The error message references the app_start_timout_sec setting, more details about this is found here: https://cloud.google.com/endpoints/docs/openapi/troubleshoot-aeflex-deployment. I didn’t think it was a timeout issue, since our system boots fairly quickly (less than the 5 minutes it defaults to) so I investigated the logs of a version of the app (from now on I’m talking about codeWOF production system unless specified). The versions only listed the ‘working’ versions, but when I looked in the Logs Viewer, all the different versions were listed, including those that had failed.
With the following app.yaml the logs were showing this error:
liveness_check:
path: "/gae/liveness_check"
readiness_check:
path: "/gae/readiness_check"
Ready for new connections
Compiling message files
Starting gunicorn 19.9.0
Listening at: http://0.0.0.0:8080 (13)
Using worker: gevent
Booting worker with pid: 16
Booting worker with pid: 17
Booting worker with pid: 18
GET 301 0 B 2 ms GoogleHC/1.0 /readiness_check
GET 301 0 B 3 ms GoogleHC/1.0 /liveness_check
This confirmed that the system had booted successfully and the checks were getting through but returning the wrong code, a 301 redirect instead of a 200. But also that the checks were going to the wrong URL, no prefix was shown.

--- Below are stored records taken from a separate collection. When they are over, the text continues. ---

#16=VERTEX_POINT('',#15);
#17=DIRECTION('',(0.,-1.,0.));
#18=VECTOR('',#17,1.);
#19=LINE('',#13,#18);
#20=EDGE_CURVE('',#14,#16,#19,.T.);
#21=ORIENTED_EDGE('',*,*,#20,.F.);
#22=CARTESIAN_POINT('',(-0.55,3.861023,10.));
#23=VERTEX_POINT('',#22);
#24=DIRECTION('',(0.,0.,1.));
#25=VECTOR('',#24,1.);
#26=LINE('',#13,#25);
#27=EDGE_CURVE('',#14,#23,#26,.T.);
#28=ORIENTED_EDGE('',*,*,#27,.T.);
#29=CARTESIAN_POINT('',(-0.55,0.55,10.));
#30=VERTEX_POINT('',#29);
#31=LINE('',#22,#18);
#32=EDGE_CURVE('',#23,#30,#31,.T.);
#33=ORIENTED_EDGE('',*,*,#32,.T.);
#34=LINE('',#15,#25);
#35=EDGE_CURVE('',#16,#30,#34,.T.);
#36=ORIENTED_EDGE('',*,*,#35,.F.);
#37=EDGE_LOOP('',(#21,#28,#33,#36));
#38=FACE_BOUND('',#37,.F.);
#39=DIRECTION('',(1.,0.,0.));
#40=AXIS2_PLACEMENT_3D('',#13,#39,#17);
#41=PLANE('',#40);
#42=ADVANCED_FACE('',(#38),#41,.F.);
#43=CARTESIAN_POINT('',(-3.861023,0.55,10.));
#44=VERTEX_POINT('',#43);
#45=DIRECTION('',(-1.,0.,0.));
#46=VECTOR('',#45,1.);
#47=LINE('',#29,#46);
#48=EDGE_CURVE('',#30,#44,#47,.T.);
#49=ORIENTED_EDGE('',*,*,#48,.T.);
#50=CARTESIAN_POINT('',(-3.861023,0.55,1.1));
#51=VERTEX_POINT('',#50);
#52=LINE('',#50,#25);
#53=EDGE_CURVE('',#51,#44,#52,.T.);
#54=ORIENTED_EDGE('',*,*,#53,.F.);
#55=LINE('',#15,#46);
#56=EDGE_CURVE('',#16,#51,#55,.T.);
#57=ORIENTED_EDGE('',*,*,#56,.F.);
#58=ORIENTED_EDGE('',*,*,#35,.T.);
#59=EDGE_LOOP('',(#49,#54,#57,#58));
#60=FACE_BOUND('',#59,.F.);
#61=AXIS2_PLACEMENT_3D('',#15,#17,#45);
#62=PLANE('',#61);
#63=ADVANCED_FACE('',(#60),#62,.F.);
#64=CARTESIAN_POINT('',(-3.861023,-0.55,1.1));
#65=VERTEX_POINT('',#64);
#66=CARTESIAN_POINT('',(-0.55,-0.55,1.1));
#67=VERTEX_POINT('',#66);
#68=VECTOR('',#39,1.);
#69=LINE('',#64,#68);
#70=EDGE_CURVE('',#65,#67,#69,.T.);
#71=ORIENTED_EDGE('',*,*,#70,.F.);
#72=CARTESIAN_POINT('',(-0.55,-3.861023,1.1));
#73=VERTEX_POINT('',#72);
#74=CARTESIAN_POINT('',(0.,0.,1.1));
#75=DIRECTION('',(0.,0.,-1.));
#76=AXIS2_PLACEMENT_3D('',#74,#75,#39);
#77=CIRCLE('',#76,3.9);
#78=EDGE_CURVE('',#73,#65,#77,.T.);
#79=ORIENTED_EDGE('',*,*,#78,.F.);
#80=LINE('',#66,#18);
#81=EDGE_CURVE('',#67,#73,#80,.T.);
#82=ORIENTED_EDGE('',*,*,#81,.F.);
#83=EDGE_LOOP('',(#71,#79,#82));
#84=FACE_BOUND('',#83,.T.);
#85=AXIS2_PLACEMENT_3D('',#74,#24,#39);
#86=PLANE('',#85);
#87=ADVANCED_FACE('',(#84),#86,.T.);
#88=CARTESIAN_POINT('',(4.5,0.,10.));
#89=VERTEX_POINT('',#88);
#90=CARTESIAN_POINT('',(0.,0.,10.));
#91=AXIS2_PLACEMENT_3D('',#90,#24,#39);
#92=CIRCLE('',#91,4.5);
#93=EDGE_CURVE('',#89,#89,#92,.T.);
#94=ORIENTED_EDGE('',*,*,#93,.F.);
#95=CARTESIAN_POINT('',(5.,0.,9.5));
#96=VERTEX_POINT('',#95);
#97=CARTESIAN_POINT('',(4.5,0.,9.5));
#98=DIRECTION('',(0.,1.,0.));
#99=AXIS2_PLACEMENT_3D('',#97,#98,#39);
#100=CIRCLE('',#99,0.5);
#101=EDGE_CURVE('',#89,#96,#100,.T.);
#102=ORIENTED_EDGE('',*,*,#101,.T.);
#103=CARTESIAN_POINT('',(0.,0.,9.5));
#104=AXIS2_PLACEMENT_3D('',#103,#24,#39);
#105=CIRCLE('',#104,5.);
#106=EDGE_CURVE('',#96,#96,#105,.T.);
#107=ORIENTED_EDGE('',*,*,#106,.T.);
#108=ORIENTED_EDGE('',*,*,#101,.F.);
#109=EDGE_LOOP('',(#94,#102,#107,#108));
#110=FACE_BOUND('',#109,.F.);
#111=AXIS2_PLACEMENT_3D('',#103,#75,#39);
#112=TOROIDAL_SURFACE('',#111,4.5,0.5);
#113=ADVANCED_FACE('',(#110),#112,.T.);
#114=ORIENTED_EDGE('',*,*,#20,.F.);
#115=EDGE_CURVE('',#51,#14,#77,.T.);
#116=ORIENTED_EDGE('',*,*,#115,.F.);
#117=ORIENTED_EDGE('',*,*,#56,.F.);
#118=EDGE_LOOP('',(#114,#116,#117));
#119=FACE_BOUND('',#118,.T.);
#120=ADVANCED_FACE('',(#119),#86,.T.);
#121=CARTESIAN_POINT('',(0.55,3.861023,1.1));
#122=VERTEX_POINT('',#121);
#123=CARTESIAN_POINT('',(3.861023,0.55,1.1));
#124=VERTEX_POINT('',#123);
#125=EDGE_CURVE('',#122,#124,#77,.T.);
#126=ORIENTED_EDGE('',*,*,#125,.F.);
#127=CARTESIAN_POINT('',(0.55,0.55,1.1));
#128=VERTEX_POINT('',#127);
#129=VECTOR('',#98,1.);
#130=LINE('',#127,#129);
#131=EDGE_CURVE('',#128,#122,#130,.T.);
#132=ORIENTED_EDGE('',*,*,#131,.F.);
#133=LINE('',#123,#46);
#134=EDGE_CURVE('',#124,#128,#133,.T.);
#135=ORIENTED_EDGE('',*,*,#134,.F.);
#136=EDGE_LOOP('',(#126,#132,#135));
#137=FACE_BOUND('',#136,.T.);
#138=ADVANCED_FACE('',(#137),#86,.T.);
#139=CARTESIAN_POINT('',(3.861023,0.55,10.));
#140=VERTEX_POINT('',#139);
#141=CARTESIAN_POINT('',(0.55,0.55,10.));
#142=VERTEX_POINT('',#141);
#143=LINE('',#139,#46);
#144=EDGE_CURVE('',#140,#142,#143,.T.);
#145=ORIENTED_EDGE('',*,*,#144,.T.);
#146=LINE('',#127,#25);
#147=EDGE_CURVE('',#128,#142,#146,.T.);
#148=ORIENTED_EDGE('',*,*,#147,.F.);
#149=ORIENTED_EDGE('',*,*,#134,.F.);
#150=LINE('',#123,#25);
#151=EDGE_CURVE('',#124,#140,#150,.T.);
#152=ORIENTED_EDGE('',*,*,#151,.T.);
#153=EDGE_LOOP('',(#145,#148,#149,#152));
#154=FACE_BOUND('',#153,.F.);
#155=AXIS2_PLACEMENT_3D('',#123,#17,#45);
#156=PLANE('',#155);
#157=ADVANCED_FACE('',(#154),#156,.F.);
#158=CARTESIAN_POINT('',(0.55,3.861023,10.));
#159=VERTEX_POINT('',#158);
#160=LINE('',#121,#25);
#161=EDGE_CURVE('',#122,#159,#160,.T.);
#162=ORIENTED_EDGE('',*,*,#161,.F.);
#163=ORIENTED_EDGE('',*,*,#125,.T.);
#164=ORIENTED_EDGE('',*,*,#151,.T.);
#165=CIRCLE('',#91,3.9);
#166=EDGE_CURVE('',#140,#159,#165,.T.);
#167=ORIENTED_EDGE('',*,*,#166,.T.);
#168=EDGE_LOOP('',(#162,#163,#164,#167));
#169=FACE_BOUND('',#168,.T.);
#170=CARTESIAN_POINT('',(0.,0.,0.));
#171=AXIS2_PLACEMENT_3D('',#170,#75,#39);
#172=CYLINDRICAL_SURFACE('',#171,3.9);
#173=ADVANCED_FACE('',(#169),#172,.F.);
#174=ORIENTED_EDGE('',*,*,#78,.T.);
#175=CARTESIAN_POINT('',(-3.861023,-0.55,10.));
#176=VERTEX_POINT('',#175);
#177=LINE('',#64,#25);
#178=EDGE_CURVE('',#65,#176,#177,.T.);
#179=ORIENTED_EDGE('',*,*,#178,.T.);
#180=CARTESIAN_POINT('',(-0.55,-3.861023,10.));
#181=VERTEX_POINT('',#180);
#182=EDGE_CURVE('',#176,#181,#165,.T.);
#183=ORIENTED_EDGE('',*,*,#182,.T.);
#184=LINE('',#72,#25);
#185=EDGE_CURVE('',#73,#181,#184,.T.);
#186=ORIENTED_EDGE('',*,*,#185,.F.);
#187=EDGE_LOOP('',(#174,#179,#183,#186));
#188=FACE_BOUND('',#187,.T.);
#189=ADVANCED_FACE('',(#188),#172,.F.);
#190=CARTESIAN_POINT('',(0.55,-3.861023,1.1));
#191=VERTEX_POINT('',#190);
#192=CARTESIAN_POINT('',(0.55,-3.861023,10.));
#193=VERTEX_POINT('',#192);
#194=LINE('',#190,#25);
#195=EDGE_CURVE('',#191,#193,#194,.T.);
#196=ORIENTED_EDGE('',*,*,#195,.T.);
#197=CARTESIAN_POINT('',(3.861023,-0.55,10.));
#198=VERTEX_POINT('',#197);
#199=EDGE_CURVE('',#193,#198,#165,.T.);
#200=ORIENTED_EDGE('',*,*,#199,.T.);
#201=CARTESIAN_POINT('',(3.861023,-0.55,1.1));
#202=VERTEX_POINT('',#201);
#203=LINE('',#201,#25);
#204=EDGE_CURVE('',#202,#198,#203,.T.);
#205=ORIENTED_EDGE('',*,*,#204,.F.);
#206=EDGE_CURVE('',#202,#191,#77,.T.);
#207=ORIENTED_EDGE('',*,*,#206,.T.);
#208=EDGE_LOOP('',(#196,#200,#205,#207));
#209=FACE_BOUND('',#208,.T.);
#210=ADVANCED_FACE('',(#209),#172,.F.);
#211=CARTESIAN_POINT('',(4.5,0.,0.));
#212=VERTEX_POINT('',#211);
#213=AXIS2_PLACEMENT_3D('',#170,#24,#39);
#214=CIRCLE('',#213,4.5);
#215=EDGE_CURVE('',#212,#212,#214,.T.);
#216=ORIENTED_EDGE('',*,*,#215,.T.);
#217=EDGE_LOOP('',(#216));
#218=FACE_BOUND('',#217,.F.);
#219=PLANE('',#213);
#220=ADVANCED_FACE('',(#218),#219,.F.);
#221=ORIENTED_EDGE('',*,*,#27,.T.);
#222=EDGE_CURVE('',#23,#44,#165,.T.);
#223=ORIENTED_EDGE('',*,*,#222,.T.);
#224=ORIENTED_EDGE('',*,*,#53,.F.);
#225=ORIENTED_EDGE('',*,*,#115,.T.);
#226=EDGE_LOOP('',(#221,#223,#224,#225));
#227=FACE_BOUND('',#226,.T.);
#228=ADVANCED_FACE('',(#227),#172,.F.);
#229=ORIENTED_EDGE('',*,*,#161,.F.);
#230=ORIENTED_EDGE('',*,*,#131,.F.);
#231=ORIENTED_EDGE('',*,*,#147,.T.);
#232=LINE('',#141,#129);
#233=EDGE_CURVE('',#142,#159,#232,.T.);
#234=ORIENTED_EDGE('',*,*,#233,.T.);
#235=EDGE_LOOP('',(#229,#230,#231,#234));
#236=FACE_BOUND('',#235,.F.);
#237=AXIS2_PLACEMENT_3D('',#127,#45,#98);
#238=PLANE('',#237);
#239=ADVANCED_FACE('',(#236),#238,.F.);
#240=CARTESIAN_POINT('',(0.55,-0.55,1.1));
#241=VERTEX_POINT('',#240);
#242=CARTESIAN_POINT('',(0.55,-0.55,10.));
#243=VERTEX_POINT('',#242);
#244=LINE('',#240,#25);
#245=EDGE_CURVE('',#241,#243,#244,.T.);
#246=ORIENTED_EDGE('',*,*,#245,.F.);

I believed the redirect was caused by either the APPEND_SLASH setting, or the HTTP to HTTPS redirect. I tried the following configuration and got the following:
liveness_check:
path: "/liveness_check/"
readiness_check:
path: "/readiness_check/"
GET 301 0 B 2 ms GoogleHC/1.0 /readiness_check
GET 301 0 B 3 ms GoogleHC/1.0 /liveness_check
Same error as above, so it appears that setting the custom path does not affect where the health check is sent. Searching for the custom path in all logging messages returns exactly one message (summary below):
2019-11-06 16:24:14.288 NZDT App Engine Create Version default:20191106t032141
livenessCheck: { path: "/liveness_check/" }
readinessCheck: { path: "/readiness_check/" }
Resources: { cpu: 1 memoryGb: 3.75 }
So this is the first thing to look into, is setting the custom path correctly, I couldn’t get this to change.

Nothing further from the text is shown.